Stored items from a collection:

++++++++++++++++++++

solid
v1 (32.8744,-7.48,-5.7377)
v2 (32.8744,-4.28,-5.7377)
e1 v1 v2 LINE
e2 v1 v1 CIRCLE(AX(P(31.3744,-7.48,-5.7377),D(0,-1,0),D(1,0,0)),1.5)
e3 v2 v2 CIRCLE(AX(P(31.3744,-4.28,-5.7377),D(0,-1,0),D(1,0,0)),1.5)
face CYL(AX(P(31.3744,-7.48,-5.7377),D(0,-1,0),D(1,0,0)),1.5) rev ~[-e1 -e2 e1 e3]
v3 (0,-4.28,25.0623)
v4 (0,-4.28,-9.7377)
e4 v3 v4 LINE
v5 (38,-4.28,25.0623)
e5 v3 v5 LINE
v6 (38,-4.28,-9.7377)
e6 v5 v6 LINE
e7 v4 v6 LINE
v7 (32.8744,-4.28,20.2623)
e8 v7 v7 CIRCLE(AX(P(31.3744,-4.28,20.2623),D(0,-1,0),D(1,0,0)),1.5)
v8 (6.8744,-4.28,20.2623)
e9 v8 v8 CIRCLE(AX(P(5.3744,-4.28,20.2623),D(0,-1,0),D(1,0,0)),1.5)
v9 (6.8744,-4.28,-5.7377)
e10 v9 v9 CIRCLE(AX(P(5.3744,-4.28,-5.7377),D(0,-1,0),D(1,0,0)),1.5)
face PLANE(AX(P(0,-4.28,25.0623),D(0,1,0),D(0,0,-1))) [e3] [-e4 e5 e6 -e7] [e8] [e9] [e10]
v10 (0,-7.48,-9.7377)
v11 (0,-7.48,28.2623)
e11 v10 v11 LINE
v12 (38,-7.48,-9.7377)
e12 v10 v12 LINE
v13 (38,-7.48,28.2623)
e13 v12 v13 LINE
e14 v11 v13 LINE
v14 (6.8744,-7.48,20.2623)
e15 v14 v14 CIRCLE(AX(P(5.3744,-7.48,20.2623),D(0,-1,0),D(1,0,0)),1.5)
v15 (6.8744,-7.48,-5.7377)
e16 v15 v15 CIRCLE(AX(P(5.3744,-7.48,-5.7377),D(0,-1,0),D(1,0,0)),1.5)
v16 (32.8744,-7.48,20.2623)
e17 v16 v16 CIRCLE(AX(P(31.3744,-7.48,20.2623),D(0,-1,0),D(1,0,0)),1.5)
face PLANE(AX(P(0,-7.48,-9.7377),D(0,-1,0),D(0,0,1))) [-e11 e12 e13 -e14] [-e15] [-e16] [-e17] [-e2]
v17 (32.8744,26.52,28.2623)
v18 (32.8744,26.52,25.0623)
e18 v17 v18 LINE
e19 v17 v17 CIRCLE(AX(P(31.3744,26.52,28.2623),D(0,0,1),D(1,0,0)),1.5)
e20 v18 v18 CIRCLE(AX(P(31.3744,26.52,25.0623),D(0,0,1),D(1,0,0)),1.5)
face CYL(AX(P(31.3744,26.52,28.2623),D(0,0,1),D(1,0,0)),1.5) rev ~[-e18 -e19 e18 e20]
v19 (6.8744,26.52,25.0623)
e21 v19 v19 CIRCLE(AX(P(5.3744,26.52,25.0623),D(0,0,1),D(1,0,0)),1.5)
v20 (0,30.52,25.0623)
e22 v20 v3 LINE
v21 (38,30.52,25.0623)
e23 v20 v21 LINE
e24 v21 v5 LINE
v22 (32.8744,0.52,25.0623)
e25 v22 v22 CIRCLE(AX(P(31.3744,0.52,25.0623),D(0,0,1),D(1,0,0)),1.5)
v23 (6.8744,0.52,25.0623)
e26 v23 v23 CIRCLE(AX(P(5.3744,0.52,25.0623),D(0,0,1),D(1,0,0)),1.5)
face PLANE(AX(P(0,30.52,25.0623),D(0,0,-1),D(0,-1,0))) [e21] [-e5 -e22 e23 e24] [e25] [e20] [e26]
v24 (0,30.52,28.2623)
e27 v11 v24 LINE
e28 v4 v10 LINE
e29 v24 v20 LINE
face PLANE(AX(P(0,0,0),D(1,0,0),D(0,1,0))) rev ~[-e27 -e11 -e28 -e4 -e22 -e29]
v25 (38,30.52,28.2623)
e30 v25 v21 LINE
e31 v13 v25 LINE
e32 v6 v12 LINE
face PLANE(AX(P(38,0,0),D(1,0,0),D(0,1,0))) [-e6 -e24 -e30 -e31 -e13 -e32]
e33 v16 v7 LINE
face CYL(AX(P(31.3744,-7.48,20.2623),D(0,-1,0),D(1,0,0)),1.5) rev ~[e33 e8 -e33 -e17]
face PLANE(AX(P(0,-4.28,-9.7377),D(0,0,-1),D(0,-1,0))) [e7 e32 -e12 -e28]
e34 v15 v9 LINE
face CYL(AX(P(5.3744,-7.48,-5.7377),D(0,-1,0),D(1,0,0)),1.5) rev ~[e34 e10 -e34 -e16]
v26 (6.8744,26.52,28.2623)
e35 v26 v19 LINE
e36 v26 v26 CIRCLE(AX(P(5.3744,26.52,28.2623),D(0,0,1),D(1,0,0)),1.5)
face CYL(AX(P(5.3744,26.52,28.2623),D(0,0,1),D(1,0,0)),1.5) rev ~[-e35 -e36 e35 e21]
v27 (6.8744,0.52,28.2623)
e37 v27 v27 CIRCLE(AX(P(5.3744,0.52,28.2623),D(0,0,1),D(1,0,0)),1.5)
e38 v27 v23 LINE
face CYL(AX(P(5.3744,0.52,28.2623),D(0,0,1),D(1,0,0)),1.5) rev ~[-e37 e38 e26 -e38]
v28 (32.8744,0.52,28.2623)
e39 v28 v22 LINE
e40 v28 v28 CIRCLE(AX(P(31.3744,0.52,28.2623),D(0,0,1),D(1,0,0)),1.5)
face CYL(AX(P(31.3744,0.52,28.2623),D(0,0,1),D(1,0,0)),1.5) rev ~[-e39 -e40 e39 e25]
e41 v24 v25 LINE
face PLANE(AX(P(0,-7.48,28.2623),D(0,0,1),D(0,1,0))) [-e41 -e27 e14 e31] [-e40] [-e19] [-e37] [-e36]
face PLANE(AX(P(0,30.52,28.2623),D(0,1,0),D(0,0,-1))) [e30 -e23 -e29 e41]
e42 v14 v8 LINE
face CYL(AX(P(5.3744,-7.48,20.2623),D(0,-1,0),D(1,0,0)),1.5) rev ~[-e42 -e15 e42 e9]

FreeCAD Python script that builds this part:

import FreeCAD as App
import Part
import Sketcher
Q = App.Units.Quantity


def add_polygon(sketch, points):
    """Adds a closed chain of lines whose ends are joined by coincident constraints."""
    first, n = sketch.GeometryCount, len(points)
    for a, b in zip(points, points[1:] + points[:1]):
        sketch.addGeometry(Part.LineSegment(App.Vector(*a, 0), App.Vector(*b, 0)), False)
    for i in range(n):
        sketch.addConstraint(Sketcher.Constraint("Coincident", first + i, 2, first + (i + 1) % n, 1))

doc = App.newDocument("Part")
body = doc.addObject("PartDesign::Body", "Body")

sketch1 = body.newObject("Sketcher::SketchObject", "Sketch")
sketch1.AttachmentSupport = (doc.getObject("YZ_Plane"), [""])
sketch1.MapMode = "FlatFace"
add_polygon(sketch1, [(30.52, 28.2623), (-7.48, 28.2623), (-7.48, -9.7377), (-4.28, -9.7377), (-4.28, 25.0623), (30.52, 25.0623)])
sketch1.addConstraint([
    Sketcher.Constraint("Horizontal", 0),
    Sketcher.Constraint("Vertical", 1),
    Sketcher.Constraint("Horizontal", 2),
    Sketcher.Constraint("Vertical", 3),
    Sketcher.Constraint("Horizontal", 4),
    Sketcher.Constraint("Vertical", 5),
    Sketcher.Constraint("Equal", 0, 1),
    Sketcher.Constraint("Equal", 4, 3),
    Sketcher.Constraint("DistanceX", 0, 2, 0, 1, Q("38 mm")),
    Sketcher.Constraint("DistanceX", 2, 1, 2, 2, Q("3.2 mm")),
    Sketcher.Constraint("DistanceX", 0, 2, -1, 1, Q("7.48 mm")),
    Sketcher.Constraint("DistanceY", -1, 1, 0, 2, Q("28.2623 mm")),
])
pad1 = body.newObject("PartDesign::Pad", "Pad")
pad1.Profile = sketch1
pad1.Length = 38

sketch2 = body.newObject("Sketcher::SketchObject", "Sketch001")
sketch2.AttachmentSupport = (doc.getObject("XZ_Plane"), [""])
sketch2.MapMode = "FlatFace"
sketch2.AttachmentOffset = App.Placement(App.Vector(0, 0, 7.48), App.Rotation())
sketch2.addGeometry([
    Part.Circle(App.Vector(5.3744, 20.2623, 0), App.Vector(0, 0, 1), 1.5),
    Part.Circle(App.Vector(5.3744, -5.7377, 0), App.Vector(0, 0, 1), 1.5),
    Part.Circle(App.Vector(31.3744, 20.2623, 0), App.Vector(0, 0, 1), 1.5),
    Part.Circle(App.Vector(31.3744, -5.7377, 0), App.Vector(0, 0, 1), 1.5),
], False)
sketch2.addConstraint([
    Sketcher.Constraint("Equal", 0, 1),
    Sketcher.Constraint("Equal", 1, 2),
    Sketcher.Constraint("Equal", 2, 3),
    Sketcher.Constraint("Horizontal", 0, 3, 2, 3),
    Sketcher.Constraint("Horizontal", 1, 3, 3, 3),
    Sketcher.Constraint("Vertical", 0, 3, 1, 3),
    Sketcher.Constraint("Vertical", 2, 3, 3, 3),
    Sketcher.Constraint("Diameter", 0, Q("3 mm")),
    Sketcher.Constraint("DistanceY", 1, 3, 0, 3, Q("26 mm")),
    Sketcher.Constraint("DistanceX", 0, 3, 2, 3, Q("26 mm")),
    Sketcher.Constraint("DistanceX", -1, 1, 0, 3, Q("5.3744 mm")),
    Sketcher.Constraint("DistanceY", -1, 1, 0, 3, Q("20.2623 mm")),
])
pocket1 = body.newObject("PartDesign::Pocket", "Pocket")
pocket1.Profile = sketch2
pocket1.Type = "UpToFirst"

sketch3 = body.newObject("Sketcher::SketchObject", "Sketch002")
sketch3.AttachmentSupport = (doc.getObject("XY_Plane"), [""])
sketch3.MapMode = "FlatFace"
sketch3.AttachmentOffset = App.Placement(App.Vector(0, 0, 28.2623), App.Rotation())
sketch3.addGeometry([
    Part.Circle(App.Vector(5.3744, 26.52, 0), App.Vector(0, 0, 1), 1.5),
    Part.Circle(App.Vector(5.3744, 0.52, 0), App.Vector(0, 0, 1), 1.5),
    Part.Circle(App.Vector(31.3744, 26.52, 0), App.Vector(0, 0, 1), 1.5),
    Part.Circle(App.Vector(31.3744, 0.52, 0), App.Vector(0, 0, 1), 1.5),
], False)
sketch3.addConstraint([
    Sketcher.Constraint("Equal", 0, 1),
    Sketcher.Constraint("Equal", 1, 2),
    Sketcher.Constraint("Equal", 2, 3),
    Sketcher.Constraint("Horizontal", 0, 3, 2, 3),
    Sketcher.Constraint("Horizontal", 1, 3, 3, 3),
    Sketcher.Constraint("Vertical", 0, 3, 1, 3),
    Sketcher.Constraint("Vertical", 2, 3, 3, 3),
    Sketcher.Constraint("Diameter", 0, Q("3 mm")),
    Sketcher.Constraint("DistanceY", 1, 3, 0, 3, Q("26 mm")),
    Sketcher.Constraint("DistanceX", 0, 3, 2, 3, Q("26 mm")),
    Sketcher.Constraint("DistanceY", -1, 1, 0, 3, Q("26.52 mm")),
    Sketcher.Constraint("DistanceX", -1, 1, 0, 3, Q("5.3744 mm")),
])
pocket2 = body.newObject("PartDesign::Pocket", "Pocket001")
pocket2.Profile = sketch3
pocket2.Type = "UpToFirst"

doc.recompute()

++++++++++++++++++++

## Directions:
Your reply is to repeat, unchanged, the lines above running from the one with "face CYL(AX(P(31.3744,26.52,28.2623),D(0,0,1),D(1,0,0)),1.5) rev" up to and including the one with "e24 v21 v5 LINE".

## Solved problem:
face CYL(AX(P(31.3744,26.52,28.2623),D(0,0,1),D(1,0,0)),1.5) rev ~[-e18 -e19 e18 e20]
v19 (6.8744,26.52,25.0623)
e21 v19 v19 CIRCLE(AX(P(5.3744,26.52,25.0623),D(0,0,1),D(1,0,0)),1.5)
v20 (0,30.52,25.0623)
e22 v20 v3 LINE
v21 (38,30.52,25.0623)
e23 v20 v21 LINE
e24 v21 v5 LINE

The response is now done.